Além do aço negociado internacionalmente em sua forma bruta — como chapas, bobinas, vergalhões, ou tubos, telhas entre outros — existe também o fluxo de aço incorporado em produtos manufaturados, conhecida como “steel embedded in finished goods”, ou seja, “aço contido em bens finais”.
A Worldsteel, entidade mundial que reúne produtores de aço, associações nacionais e regionais da indústria siderúrgica, além de institutos de pesquisa responsáveis por cerca de 85% da produção global, publicou um estudo abrangente intitulado “Indirect Trade in Steel 2013–2023” (Comércio Indireto de Aço entre 2013 e 2023).

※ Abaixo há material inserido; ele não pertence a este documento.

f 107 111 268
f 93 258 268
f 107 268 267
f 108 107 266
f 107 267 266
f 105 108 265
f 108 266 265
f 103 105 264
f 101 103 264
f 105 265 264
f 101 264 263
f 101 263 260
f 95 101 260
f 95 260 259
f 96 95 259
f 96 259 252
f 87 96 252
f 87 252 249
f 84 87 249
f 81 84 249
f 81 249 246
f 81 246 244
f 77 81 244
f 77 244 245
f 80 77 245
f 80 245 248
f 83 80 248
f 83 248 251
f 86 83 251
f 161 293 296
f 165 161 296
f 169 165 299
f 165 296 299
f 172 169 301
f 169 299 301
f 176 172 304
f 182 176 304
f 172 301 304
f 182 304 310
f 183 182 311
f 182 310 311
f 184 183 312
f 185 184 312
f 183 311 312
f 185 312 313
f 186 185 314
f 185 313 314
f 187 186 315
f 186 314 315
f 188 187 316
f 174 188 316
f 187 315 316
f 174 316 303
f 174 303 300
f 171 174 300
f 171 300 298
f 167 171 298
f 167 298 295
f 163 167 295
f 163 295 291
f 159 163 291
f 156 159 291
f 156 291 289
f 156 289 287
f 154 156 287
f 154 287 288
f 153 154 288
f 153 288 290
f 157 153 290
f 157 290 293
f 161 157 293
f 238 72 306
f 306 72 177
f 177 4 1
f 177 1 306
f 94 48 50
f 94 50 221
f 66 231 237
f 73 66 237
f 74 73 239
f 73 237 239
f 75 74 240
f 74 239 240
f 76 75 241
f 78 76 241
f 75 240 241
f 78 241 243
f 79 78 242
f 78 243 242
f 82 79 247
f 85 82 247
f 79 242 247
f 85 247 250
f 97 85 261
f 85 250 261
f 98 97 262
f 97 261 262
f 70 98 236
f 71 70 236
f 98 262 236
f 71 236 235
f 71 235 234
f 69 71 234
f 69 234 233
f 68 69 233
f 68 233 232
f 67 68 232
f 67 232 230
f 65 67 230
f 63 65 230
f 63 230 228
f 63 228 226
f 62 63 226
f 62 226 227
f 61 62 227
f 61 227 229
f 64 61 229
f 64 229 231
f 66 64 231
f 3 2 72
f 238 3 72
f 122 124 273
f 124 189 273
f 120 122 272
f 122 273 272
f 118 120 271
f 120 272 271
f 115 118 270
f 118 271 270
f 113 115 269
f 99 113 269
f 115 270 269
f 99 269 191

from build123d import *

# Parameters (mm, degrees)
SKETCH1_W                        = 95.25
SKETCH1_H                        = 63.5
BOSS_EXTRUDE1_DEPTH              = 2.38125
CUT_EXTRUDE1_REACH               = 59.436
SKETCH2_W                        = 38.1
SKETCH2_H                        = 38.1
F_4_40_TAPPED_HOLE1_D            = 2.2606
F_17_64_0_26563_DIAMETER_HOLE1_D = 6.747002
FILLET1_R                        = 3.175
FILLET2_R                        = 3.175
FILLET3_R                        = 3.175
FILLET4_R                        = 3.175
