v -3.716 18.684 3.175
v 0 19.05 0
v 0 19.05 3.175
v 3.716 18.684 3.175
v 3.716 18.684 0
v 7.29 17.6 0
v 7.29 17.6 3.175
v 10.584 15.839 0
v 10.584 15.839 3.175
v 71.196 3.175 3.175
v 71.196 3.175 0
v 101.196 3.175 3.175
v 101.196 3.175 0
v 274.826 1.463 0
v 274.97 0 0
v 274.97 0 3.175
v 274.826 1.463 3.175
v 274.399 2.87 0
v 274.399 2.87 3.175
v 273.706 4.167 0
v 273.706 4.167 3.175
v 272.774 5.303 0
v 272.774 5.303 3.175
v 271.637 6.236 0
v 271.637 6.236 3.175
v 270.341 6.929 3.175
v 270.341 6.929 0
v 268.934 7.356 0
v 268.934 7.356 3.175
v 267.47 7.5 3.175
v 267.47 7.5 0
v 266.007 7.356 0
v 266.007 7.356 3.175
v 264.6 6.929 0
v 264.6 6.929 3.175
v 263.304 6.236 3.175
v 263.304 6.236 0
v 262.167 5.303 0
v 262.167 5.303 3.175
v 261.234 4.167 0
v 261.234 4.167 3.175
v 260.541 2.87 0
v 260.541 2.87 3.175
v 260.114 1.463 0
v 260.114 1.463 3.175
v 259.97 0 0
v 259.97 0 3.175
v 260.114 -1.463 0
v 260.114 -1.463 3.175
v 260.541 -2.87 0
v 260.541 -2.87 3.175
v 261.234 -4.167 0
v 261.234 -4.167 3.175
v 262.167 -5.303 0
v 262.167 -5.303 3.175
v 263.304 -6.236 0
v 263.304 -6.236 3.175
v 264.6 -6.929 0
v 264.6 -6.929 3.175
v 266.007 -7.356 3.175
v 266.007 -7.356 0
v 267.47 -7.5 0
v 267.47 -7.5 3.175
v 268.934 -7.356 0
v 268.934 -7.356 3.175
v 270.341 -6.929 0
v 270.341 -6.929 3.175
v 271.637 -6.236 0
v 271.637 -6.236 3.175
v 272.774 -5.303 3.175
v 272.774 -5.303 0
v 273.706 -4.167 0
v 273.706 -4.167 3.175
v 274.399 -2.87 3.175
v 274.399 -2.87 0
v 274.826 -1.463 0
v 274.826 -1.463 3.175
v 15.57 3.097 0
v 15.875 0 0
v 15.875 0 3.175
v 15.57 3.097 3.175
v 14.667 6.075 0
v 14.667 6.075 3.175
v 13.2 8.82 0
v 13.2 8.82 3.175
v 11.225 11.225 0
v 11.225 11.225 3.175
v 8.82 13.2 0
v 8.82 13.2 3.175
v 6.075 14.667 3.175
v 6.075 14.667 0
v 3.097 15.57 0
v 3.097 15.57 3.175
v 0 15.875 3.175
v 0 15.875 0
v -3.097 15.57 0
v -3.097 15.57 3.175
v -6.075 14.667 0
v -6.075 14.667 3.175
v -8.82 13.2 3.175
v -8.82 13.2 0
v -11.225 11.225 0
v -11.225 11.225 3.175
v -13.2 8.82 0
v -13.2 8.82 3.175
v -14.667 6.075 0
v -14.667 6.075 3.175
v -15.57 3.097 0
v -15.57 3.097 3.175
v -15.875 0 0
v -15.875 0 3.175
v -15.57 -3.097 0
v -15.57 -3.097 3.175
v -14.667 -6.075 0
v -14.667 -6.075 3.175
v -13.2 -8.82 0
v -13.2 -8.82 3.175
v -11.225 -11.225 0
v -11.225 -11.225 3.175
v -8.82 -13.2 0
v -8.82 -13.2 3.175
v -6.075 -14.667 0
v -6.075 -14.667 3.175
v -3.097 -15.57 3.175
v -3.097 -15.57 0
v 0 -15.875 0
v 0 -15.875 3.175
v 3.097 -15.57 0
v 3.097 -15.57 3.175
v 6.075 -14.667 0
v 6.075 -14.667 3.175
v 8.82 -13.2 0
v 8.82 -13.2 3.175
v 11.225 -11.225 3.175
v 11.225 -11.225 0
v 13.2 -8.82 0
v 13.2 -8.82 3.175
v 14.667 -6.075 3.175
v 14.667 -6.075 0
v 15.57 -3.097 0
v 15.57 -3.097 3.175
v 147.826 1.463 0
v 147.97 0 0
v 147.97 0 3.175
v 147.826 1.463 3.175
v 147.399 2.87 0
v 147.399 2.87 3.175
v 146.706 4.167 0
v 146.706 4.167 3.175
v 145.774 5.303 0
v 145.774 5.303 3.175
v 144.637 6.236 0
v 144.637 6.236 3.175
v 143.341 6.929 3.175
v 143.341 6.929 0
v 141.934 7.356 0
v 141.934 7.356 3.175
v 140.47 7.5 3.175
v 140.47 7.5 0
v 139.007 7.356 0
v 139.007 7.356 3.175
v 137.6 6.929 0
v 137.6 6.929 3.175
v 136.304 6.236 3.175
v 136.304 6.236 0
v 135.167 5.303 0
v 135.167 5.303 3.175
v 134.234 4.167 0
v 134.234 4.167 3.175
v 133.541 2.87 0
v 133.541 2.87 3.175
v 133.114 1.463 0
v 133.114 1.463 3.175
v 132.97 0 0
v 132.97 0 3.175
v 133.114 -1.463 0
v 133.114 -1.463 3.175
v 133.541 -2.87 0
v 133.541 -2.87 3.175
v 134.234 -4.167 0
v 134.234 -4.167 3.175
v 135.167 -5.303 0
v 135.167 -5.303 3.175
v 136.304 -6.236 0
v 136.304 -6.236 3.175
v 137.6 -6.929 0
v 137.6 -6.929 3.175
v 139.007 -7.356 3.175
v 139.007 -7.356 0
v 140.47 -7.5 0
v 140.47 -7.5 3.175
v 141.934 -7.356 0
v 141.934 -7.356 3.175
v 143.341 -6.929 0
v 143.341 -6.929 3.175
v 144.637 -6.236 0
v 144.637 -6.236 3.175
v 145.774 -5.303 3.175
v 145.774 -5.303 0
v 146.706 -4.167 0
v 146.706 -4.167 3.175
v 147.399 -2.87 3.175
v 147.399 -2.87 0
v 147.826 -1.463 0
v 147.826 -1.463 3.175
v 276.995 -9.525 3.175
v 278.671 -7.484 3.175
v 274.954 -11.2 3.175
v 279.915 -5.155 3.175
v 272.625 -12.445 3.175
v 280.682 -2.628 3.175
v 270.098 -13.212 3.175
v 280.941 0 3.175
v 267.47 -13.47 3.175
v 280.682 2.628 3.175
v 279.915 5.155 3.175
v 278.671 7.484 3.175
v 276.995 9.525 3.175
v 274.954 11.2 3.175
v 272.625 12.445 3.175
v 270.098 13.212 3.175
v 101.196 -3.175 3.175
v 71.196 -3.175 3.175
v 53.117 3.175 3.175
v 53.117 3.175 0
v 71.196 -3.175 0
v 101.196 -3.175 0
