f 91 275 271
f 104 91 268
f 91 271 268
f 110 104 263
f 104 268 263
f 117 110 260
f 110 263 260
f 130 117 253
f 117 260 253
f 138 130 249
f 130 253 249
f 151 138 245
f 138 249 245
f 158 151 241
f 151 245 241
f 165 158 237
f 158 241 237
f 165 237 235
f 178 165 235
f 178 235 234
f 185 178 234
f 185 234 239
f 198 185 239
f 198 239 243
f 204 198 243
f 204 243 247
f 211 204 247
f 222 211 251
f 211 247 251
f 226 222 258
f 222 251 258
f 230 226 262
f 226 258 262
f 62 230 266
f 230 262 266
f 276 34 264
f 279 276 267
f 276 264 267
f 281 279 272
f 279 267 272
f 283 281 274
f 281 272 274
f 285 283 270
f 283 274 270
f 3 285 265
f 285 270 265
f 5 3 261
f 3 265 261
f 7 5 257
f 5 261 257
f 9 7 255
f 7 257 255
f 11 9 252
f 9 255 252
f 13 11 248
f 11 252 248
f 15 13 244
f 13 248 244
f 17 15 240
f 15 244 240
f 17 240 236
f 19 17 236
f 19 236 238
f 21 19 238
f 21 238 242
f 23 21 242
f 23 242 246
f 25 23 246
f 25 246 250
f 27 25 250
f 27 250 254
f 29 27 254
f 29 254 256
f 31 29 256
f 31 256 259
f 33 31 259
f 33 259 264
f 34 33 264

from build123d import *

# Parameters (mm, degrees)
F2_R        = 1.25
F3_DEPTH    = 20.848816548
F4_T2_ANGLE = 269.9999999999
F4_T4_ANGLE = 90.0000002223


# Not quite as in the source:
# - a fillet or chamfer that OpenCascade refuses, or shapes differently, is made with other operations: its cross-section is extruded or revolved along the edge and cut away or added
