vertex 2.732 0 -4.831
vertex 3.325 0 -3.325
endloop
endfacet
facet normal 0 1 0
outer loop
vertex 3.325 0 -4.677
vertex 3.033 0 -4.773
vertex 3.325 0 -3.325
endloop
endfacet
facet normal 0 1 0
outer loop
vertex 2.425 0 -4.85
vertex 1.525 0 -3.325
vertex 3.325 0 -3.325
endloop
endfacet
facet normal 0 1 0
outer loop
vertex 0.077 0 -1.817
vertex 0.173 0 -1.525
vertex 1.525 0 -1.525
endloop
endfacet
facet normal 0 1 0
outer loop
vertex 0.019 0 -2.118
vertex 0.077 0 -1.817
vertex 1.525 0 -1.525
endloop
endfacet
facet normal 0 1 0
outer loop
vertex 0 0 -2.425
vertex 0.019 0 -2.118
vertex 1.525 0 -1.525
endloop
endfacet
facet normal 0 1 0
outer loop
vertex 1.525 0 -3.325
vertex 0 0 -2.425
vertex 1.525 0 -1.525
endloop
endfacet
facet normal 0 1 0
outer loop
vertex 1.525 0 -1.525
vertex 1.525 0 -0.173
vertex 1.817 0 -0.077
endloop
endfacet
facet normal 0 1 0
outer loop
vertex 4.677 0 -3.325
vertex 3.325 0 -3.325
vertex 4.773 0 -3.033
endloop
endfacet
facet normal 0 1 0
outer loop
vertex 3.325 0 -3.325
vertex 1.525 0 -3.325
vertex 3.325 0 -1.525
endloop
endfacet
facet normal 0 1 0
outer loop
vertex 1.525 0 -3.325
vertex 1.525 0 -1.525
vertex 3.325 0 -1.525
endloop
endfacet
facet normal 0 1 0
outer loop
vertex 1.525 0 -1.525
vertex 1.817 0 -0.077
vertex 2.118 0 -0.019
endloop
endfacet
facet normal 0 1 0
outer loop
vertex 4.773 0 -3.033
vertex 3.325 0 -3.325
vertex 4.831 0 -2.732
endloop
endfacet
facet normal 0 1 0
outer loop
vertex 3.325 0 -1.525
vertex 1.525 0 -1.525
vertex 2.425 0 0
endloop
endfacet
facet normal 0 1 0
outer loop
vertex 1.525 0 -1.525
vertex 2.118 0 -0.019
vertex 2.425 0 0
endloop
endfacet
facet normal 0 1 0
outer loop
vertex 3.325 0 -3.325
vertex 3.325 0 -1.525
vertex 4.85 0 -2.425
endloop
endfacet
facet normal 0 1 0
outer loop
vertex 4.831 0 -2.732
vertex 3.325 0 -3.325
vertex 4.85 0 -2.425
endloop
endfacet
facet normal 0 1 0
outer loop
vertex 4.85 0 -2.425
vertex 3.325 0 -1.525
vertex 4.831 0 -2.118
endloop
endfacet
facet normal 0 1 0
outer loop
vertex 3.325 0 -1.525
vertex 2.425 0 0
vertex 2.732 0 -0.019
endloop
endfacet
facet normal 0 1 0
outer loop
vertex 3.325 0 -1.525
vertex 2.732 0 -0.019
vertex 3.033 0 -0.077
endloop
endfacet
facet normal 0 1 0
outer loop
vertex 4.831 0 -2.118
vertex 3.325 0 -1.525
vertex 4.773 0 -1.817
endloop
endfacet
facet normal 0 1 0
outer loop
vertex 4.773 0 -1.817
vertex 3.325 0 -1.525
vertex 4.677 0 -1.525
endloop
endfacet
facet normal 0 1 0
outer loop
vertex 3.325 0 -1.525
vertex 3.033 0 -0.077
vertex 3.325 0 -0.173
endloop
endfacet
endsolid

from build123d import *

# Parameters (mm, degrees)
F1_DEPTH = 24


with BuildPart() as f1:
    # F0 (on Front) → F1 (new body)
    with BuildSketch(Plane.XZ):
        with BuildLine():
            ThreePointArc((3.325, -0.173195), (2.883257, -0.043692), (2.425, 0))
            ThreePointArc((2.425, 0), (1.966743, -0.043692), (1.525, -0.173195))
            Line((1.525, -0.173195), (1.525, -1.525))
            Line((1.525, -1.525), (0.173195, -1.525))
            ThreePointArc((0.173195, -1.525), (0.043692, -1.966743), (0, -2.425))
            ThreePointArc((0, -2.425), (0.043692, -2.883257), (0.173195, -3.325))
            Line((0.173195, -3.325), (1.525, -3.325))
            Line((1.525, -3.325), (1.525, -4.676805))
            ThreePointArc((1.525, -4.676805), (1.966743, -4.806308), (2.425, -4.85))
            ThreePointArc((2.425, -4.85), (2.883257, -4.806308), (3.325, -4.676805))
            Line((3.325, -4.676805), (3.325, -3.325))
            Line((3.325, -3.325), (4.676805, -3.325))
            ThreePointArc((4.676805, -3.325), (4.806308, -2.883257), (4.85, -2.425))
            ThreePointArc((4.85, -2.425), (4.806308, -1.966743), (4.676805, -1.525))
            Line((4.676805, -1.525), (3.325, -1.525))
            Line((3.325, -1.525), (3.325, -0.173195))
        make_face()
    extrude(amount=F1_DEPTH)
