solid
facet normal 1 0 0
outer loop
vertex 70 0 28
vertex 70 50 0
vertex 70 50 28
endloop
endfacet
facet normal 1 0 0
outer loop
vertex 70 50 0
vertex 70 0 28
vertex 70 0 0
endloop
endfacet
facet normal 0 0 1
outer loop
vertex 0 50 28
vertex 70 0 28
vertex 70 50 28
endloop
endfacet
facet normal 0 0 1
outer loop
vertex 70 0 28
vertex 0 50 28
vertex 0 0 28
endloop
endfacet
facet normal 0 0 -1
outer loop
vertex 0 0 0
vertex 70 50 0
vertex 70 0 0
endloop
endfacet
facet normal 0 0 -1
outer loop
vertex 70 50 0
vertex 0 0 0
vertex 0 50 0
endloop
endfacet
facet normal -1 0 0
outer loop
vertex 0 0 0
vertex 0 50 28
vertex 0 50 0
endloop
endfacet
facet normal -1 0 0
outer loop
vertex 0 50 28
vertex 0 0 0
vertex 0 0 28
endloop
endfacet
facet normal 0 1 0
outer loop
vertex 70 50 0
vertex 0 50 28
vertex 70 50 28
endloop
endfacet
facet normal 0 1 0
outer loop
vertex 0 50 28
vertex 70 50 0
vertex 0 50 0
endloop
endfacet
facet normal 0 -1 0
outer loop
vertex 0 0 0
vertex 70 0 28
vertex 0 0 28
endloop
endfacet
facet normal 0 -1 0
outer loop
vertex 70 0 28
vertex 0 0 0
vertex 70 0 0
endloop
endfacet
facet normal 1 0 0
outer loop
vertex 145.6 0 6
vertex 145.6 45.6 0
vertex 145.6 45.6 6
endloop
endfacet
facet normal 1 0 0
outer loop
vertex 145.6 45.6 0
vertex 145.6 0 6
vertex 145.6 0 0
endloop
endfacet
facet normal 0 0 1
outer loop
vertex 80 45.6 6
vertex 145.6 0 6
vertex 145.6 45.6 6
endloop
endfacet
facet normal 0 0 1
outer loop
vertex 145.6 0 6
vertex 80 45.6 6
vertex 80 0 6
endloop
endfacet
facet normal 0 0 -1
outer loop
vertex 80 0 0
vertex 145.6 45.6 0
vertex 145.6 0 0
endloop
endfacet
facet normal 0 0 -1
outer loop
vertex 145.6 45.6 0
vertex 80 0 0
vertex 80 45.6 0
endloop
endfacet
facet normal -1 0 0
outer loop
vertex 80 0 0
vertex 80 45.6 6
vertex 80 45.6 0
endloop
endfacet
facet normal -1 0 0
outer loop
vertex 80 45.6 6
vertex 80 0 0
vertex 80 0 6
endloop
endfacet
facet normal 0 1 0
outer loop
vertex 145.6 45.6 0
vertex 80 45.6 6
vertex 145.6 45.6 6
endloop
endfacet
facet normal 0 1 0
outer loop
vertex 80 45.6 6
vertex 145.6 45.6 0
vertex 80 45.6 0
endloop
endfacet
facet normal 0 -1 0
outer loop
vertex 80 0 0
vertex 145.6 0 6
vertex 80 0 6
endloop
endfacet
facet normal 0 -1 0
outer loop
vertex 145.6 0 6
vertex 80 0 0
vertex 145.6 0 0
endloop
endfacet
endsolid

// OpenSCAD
// Two-part enclosure for a small electronics board (e.g. Arduino-based temperature logger)
// Print orientation: both parts lie flat on the bed, side by side, with a 10 mm gap.
// The box prints open-top; the lid prints upside down so its lip faces up and slides into the box.

// ---------------- Parameters ----------------
box_x      = 70;    // box outer length (X)
box_y      = 50;    // box outer width (Y)
box_h      = 30;    // box outer height (Z)
wall       = 2;     // wall thickness
floor      = 2;     // floor thickness under the board

lip_t      = 1.5;   // lip wall thickness
lip_h      = 4;     // lip height above the plate
lip_x      = 65.6;  // lip outer length (X)
lip_y      = 45.6;  // lip outer width (Y)
clearance  = 0.2;   // clearance between lip outer size and box opening

eps        = 0.5;   // overcut for clean boolean differences

$fn = 64;

// ---------------- Derived ----------------
box_i_x = box_x - 2 * wall;   // inner length
box_i_y = box_y - 2 * wall;   // inner width
lip_x1  = lip_x - 2 * clearance;
lip_y1  = lip_y - 2 * clearance;

// ---------------- Model ----------------
difference() {
    union() {
        // Box: solid floor + walls, open top
        cube([box_x, box_y, box_h - floor]);

        // Lid: plate + centred lip (printed upside down)
        translate([box_x + 10, 0, 0])
            cube([lip_x, lip_y, floor + lip_h]);
    }

    // Lip pocket cut into the box top, with 0.2 mm clearance on each side
    translate([box_x + 10 - floor - eps, 0, box_h - floor])
        cube([lip_x1, lip_y1, floor + lip_h + eps]);
}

O relatório apresenta dados sobre o comércio de produtos manufaturados que contêm aço, destacando valores e volumes. Para calcular o comércio indireto, foi necessário estimar a quantidade de aço utilizada na fabricação de cada tipo de produto — os chamados coeficientes de aço, expressos em peso. A metodologia adotada define o coeficiente como a quantidade de aço acabado (em toneladas) necessária para produzir uma tonelada de determinado bem manufaturado.

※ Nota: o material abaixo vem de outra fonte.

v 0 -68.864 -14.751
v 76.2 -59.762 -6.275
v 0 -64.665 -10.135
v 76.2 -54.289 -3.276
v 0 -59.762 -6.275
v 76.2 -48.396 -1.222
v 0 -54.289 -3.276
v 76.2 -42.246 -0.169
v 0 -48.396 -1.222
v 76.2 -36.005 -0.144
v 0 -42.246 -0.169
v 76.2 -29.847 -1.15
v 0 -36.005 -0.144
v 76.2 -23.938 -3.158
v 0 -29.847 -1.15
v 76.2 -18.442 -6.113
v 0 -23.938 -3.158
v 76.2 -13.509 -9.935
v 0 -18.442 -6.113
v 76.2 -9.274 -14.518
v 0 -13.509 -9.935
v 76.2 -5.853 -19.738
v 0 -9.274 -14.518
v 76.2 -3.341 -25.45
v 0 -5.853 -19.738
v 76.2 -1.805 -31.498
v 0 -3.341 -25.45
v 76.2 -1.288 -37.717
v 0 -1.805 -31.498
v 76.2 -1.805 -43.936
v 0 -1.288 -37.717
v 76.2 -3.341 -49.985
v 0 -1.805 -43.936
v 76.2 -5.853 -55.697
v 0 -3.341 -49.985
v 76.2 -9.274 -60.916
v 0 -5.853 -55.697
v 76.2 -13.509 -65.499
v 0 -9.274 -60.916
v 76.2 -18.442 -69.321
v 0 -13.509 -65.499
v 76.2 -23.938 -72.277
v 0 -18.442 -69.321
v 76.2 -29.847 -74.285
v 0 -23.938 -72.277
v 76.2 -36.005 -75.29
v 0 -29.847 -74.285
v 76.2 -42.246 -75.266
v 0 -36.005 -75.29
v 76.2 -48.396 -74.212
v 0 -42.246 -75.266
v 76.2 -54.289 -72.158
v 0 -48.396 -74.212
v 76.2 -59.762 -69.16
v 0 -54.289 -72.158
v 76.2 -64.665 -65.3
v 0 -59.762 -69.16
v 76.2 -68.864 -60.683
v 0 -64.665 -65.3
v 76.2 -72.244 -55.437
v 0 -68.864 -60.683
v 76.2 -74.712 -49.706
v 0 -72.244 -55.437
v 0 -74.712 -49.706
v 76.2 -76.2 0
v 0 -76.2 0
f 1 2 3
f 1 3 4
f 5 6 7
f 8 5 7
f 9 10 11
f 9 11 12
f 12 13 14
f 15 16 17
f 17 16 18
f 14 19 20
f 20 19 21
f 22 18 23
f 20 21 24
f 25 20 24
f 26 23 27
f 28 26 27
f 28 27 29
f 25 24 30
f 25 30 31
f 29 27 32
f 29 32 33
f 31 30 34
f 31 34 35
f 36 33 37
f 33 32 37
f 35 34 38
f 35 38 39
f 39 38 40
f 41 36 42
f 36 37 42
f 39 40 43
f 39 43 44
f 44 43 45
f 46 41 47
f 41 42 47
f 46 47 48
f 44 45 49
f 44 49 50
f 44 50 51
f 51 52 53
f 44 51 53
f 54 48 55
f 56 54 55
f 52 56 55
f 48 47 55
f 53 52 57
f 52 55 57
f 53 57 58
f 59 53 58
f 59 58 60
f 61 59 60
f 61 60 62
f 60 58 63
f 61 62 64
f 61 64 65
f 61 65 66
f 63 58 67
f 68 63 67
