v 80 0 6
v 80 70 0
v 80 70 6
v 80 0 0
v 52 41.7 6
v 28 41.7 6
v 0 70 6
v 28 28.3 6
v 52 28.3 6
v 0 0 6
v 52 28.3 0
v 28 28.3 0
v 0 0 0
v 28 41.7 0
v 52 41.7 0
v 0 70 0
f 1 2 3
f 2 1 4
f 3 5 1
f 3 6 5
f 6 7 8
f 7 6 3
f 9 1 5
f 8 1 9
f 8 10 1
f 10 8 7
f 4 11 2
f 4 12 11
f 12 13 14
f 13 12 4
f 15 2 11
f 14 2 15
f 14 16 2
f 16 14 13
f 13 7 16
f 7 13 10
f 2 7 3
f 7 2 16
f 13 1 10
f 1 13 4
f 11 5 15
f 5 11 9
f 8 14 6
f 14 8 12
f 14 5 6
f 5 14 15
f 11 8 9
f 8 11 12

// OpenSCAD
module pt_bracket() {
  w=80.0; h=70.0; t=6.0;
  difference() {
    cube([w,h,t], center=false);
    translate([(w-22.8-2*0.6)/2, (h-12.2-2*0.6)/2, -1])
      cube([22.8+2*0.6, 12.2+2*0.6, t+2], center=false);
  }
}
pt_bracket();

O estudo utilizou o Sistema Harmonizado de Descrição e Codificação de Mercadorias (SH) das Nações Unidas, com códigos de até seis dígitos. Foram analisados cerca de 1.000 códigos SH, permitindo uma categorização detalhada dos produtos comercializados.

Os dados foram tabulados e organizados em seis grupos de commodities: produtos metálicos, máquinas mecânicas, equipamentos elétricos, eletrodomésticos, veículos automotores e outros meios de transporte. Esses grupos representam os principais setores consumidores de aço e foram utilizados pela Worldsteel na análise da produção industrial ponderada pelo uso de aço (SWIP).
A principal fonte de dados comerciais utilizada no estudo foi o Banco de Dados de Estatísticas de Comércio de Mercadorias das Nações Unidas (UN Comtrade).